Verschiedene Studien zum Problemkomplex „Ärztemangel“ gehen von einem hohen Verlust von Medizinstudierenden an den Universitäten aus. Der Studienerfolg der in- und ausländischen Medizinstudierenden in Deutschland und die Zahl der Absolventen erreichen jedoch Höchststände. Dies zeigen Daten des Statistischen Bundesamtes und Absolventenbefragungen vom Internationalen Zentrum für Hochschulforschung der Universität Kassel.

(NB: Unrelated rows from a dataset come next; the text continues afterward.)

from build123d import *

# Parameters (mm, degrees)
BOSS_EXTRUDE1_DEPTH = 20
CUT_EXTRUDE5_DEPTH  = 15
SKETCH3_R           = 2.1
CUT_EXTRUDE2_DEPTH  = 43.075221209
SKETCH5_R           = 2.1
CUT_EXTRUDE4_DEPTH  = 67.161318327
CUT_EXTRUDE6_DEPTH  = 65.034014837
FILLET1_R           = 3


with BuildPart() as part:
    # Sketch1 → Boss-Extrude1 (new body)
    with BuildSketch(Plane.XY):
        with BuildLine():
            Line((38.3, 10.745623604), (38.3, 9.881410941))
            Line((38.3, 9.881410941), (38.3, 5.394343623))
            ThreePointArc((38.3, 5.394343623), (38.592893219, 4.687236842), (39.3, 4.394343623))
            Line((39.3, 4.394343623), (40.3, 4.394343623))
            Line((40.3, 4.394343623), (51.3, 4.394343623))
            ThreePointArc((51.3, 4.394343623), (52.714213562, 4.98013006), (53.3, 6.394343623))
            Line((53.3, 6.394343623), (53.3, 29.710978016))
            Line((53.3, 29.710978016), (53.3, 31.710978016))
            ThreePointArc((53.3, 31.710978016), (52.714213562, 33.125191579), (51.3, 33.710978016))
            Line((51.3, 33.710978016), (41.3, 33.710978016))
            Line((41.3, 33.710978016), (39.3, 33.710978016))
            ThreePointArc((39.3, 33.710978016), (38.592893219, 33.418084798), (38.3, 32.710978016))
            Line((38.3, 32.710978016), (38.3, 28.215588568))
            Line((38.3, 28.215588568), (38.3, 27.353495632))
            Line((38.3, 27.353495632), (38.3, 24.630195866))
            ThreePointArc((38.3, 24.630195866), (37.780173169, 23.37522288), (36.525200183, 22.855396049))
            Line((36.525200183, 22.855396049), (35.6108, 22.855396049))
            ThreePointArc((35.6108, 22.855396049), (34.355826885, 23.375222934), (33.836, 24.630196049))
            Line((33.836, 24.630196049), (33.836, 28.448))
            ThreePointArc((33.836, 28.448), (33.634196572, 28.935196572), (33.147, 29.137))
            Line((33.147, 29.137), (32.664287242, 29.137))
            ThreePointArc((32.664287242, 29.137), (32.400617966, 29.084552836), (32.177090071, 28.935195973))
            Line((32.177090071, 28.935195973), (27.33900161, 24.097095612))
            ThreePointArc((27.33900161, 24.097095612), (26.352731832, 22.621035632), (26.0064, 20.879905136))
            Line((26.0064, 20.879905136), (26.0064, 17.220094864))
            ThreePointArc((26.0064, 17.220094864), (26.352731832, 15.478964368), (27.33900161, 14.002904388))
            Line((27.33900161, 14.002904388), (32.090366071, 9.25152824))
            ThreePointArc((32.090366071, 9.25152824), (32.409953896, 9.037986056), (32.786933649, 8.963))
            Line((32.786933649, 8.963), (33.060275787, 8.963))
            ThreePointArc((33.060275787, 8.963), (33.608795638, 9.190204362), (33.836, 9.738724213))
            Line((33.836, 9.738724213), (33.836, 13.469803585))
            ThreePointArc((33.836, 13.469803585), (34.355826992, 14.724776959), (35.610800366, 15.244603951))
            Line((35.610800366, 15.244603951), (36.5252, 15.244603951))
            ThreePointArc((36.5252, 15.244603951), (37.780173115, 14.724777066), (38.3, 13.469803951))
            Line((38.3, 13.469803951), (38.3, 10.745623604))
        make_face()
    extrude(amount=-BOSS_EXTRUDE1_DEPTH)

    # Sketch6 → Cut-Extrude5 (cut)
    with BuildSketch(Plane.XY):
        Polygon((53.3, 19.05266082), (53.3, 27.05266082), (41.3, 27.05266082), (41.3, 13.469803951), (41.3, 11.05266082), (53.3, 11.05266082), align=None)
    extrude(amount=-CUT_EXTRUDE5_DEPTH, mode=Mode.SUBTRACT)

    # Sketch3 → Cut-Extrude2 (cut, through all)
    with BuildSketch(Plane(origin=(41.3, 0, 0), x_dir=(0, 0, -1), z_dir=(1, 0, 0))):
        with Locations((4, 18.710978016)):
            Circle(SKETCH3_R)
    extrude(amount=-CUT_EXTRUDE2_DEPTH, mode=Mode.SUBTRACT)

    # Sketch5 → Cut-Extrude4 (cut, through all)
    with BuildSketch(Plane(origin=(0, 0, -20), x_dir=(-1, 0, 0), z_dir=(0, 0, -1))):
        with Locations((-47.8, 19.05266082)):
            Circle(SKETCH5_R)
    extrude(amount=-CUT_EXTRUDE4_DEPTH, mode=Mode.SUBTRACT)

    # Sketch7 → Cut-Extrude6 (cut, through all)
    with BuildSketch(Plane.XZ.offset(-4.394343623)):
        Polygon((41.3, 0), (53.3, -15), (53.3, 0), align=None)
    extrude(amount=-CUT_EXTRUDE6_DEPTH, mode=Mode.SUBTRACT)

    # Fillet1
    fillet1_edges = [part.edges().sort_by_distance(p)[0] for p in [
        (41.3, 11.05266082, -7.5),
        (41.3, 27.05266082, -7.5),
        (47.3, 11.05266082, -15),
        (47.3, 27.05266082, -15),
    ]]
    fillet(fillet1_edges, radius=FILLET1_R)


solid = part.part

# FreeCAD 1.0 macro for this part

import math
import FreeCAD as App
import Part
import Sketcher
Q = App.Units.Quantity


def edges_at(feature, points):
    """Names of the edges that pass closest to the given points."""
    edges = feature.Shape.Edges
    near = lambda p: min(range(len(edges)), key=lambda i: edges[i].distToShape(Part.Vertex(*p))[0])
    return sorted({f"Edge{near(p) + 1}" for p in points})

doc = App.newDocument("Part")
body = doc.addObject("PartDesign::Body", "Body")

# Sketch on XY plane
sketch1 = body.newObject("Sketcher::SketchObject", "Sketch")
sketch1.AttachmentSupport = (doc.getObject("XY_Plane"), [""])
sketch1.MapMode = "FlatFace"
sketch1.addGeometry([
    Part.ArcOfCircle(Part.Circle(App.Vector(39.3, 5.394344, 0), App.Vector(0, 0, 1), 1), math.radians(-180), math.radians(-90)),  # 0
    Part.LineSegment(App.Vector(39.3, 4.394344, 0), App.Vector(51.3, 4.394344, 0)),  # 1
    Part.ArcOfCircle(Part.Circle(App.Vector(51.3, 6.394344, 0), App.Vector(0, 0, 1), 2), math.radians(-90), math.radians(0)),  # 2
    Part.LineSegment(App.Vector(53.3, 6.394344, 0), App.Vector(53.3, 31.710978, 0)),  # 3
    Part.ArcOfCircle(Part.Circle(App.Vector(51.3, 31.710978, 0), App.Vector(0, 0, 1), 2), math.radians(0), math.radians(90)),  # 4
    Part.LineSegment(App.Vector(51.3, 33.710978, 0), App.Vector(39.3, 33.710978, 0)),  # 5
    Part.ArcOfCircle(Part.Circle(App.Vector(39.3, 32.710978, 0), App.Vector(0, 0, 1), 1), math.radians(90), math.radians(180)),  # 6
    Part.LineSegment(App.Vector(38.3, 32.710978, 0), App.Vector(38.3, 24.630196, 0)),  # 7
    Part.ArcOfCircle(Part.Circle(App.Vector(36.5252, 24.630196, 0), App.Vector(0, 0, 1), 1.7748), math.radians(-90), math.radians(0)),  # 8
    Part.LineSegment(App.Vector(36.5252, 22.855396, 0), App.Vector(35.6108, 22.855396, 0)),  # 9
    Part.ArcOfCircle(Part.Circle(App.Vector(35.6108, 24.630196, 0), App.Vector(0, 0, 1), 1.7748), math.radians(-180), math.radians(-90)),  # 10
    Part.LineSegment(App.Vector(33.836, 24.630196, 0), App.Vector(33.836, 28.448, 0)),  # 11
    Part.ArcOfCircle(Part.Circle(App.Vector(33.147, 28.448, 0), App.Vector(0, 0, 1), 0.689), math.radians(0), math.radians(90)),  # 12
    Part.LineSegment(App.Vector(33.147, 29.137, 0), App.Vector(32.664287, 29.137, 0)),  # 13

Bei den bisherigen Studien zum Problemkomplex wurden weder umfassende Befragungen noch entsprechende Daten des Statistischen Bundesamtes zum Medizinstudium (nur Staatsexamen) ausgewertet. Ihnen dienten vorrangig Serien des Bundesamtes zur „Medizin – Allgemein“ oder sekundäre Quellen als Ausgangsmaterial. „Dort wird innerhalb der Medizin aber nicht zwischen den verschiedenen Studiengängen unterschieden. Studierendenzahlen in Studiengängen mit den universitären Abschlüssen Bachelor, Master, Magister, Diplom, Promotion und Staatsexamen werden nur als Summe angegeben. Der Medizinische Fakultätentag (MFT) hat deshalb eine Sonderauswertung beim Statistischen Bundesamt für die Studierenden in der Humanmedizin mit dem Ziel „Staatsexamen“ in Auftrag gegeben,“ erläutert Professor Dieter Bitter-Suermann, MFT-Präsident. Das Ergebnis legt eine erfreuliche Entwicklung offen: Nach Daten des Statistischen Bundesamtes haben inzwischen die Absolventen mit einem Staatsexamen den Stand aus den Jahren der sogenannten „Ärzteschwemme“ wieder erreicht. Vor 14 Jahren gingen Ärzteorganisationen von 50.000 – 60.000 dauerhaft arbeitslosen Medizinern aus. Die Prognosen sind jedoch nicht eingetreten. Die Motivation des ärztlichen Nachwuchs, kurativ tätig zu werden, ist sehr hoch.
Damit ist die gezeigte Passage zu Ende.